There are a number of approaches to this depending on the available data. We have implemented a method described by Aizenstein et al.^[Aizenstein HJ, Nebes RD, Saxton JA, et al. 2008. Frequent amyloid deposition without significant cognitive impairment among the elderly. Arch Neurol 65: 1509-1517.] which uses a group of participants with normal cognition to establish a cutoff value above which participants are unlikely to have minimal amyloid pathology.

The method identifies a group of participants out of the normal cognition group with higher-PIB outliers removed. An outlier is a participant with any ROI with a DVR higher than the upper inner fence, from a set of ROIs known to be associated with amyloid deposition. Such participants are removed from the group, and this process is done iteratively until no more outliers are removed. Then, cutoff values are determined from this new group for each ROI, set again as the upper inner fence. Then these cutoff values are applied to all participants, and a participant is deemed PIB+ if they have at least 1 ROI above its cutoff.

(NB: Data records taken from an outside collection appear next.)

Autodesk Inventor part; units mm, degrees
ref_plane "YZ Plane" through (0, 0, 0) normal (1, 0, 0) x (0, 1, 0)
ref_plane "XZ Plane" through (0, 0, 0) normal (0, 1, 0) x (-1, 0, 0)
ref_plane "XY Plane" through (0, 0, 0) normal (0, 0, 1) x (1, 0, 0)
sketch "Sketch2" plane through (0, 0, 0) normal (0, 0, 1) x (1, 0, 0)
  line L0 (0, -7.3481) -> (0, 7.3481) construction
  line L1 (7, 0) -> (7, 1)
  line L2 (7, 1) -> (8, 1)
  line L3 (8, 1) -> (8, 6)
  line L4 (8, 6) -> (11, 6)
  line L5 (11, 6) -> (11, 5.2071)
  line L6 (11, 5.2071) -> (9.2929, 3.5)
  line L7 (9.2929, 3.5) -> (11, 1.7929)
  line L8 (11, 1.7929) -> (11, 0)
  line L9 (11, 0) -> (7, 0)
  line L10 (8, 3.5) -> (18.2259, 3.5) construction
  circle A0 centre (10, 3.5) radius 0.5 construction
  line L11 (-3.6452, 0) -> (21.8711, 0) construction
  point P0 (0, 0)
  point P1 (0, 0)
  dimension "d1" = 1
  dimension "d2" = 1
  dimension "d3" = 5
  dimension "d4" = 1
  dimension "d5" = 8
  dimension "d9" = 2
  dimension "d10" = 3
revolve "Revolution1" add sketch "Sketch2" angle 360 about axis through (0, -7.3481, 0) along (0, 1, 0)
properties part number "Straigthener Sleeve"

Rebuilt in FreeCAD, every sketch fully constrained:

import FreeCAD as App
import Part
import Sketcher
Q = App.Units.Quantity

doc = App.newDocument("Part")
body = doc.addObject("PartDesign::Body", "Body")

# Sketch on XY plane
sketch1 = body.newObject("Sketcher::SketchObject", "Sketch")
sketch1.AttachmentSupport = (doc.getObject("XY_Plane"), [""])
sketch1.MapMode = "FlatFace"
sketch1.addGeometry([
    Part.LineSegment(App.Vector(7, 1, 0), App.Vector(7, 0, 0)),  # 0
    Part.LineSegment(App.Vector(7, 0, 0), App.Vector(11, 0, 0)),  # 1
    Part.LineSegment(App.Vector(11, 0, 0), App.Vector(11, 1.7929, 0)),  # 2
    Part.LineSegment(App.Vector(11, 1.7929, 0), App.Vector(9.2929, 3.5, 0)),  # 3
    Part.LineSegment(App.Vector(9.2929, 3.5, 0), App.Vector(11, 5.2071, 0)),  # 4
    Part.LineSegment(App.Vector(11, 5.2071, 0), App.Vector(11, 6, 0)),  # 5
    Part.LineSegment(App.Vector(11, 6, 0), App.Vector(8, 6, 0)),  # 6
    Part.LineSegment(App.Vector(8, 6, 0), App.Vector(8, 1, 0)),  # 7
    Part.LineSegment(App.Vector(8, 1, 0), App.Vector(7, 1, 0)),  # 8
], False)
sketch1.addConstraint([
    Sketcher.Constraint("Coincident", 0, 2, 1, 1),
    Sketcher.Constraint("Coincident", 1, 2, 2, 1),
    Sketcher.Constraint("Coincident", 2, 2, 3, 1),
    Sketcher.Constraint("Coincident", 3, 2, 4, 1),
    Sketcher.Constraint("Coincident", 4, 2, 5, 1),
    Sketcher.Constraint("Coincident", 5, 2, 6, 1),
    Sketcher.Constraint("Coincident", 6, 2, 7, 1),
    Sketcher.Constraint("Coincident", 7, 2, 8, 1),
    Sketcher.Constraint("Coincident", 8, 2, 0, 1),
    Sketcher.Constraint("Vertical", 0),
    Sketcher.Constraint("Horizontal", 1),
    Sketcher.Constraint("Vertical", 2),
    Sketcher.Constraint("Vertical", 5),
    Sketcher.Constraint("Horizontal", 6),
    Sketcher.Constraint("Vertical", 7),
    Sketcher.Constraint("Horizontal", 8),
    Sketcher.Constraint("PointOnObject", 0, 2, -1),
    Sketcher.Constraint("Perpendicular", 3, 4),
    Sketcher.Constraint("Vertical", 2, 2, 4, 2),
    Sketcher.Constraint("Equal", 8, 0),
    Sketcher.Constraint("Equal", 3, 4),
    Sketcher.Constraint("DistanceX", 6, 2, 6, 1, Q("3 mm")),
    Sketcher.Constraint("DistanceX", 8, 2, 8, 1, Q("1 mm")),
    Sketcher.Constraint("DistanceY", 7, 2, 7, 1, Q("5 mm")),
    Sketcher.Constraint("DistanceX", -1, 1, 6, 2, Q("8 mm")),
    Sketcher.Constraint("DistanceY", -1, 1, 3, 2, Q("3.5 mm")),
    Sketcher.Constraint("DistanceY", 2, 1, 2, 2, Q("1.793 mm")),
])
revolution = body.newObject("PartDesign::Revolution", "Revolution")
revolution.Profile = sketch1
revolution.ReferenceAxis = (sketch1, ["V_Axis"])
revolution.Angle = 360

doc.recompute()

To demonstrate, a fake dataset of DVR values for 50 fake participants was generated and is available as `fake_DVR`. This would be equivalent to using `batch_tm()` on a group of participants with the `"Logan"` model specified.

```{r}
fake_DVR[1:5,]

```

To calculate the cutoff values using this iterative method, `cutoff_aiz()` takes 2 arguments: the DVR data, and the names of the variables of the ROI DVRs to use (and there must be at least 2 for this method).

```{r}
cutoffs <- cutoff_aiz(fake_DVR, c("ROI1_DVR", "ROI2_DVR", "ROI3_DVR", "ROI4_DVR"))

cutoffs

```

The final step is to apply the cutoffs to the full set of participants. We will use the same sample data:

```{r}
positivity_table <- pos_anyroi(fake_DVR, cutoffs)

positivity_table

```

The algorithm identified 11 PIB+ participants. In the generation of the sample data, the DVRs from the first 10 participants were drawn from a normal distribution with mean 1.9, sd 0.6 and for the latter 40 participants, from mean 1.3, sd 0.3; thus this pattern is in line with what we would expect: all 10 of the first participants are PIB+, and just 1 of the latter 40 was (by chance).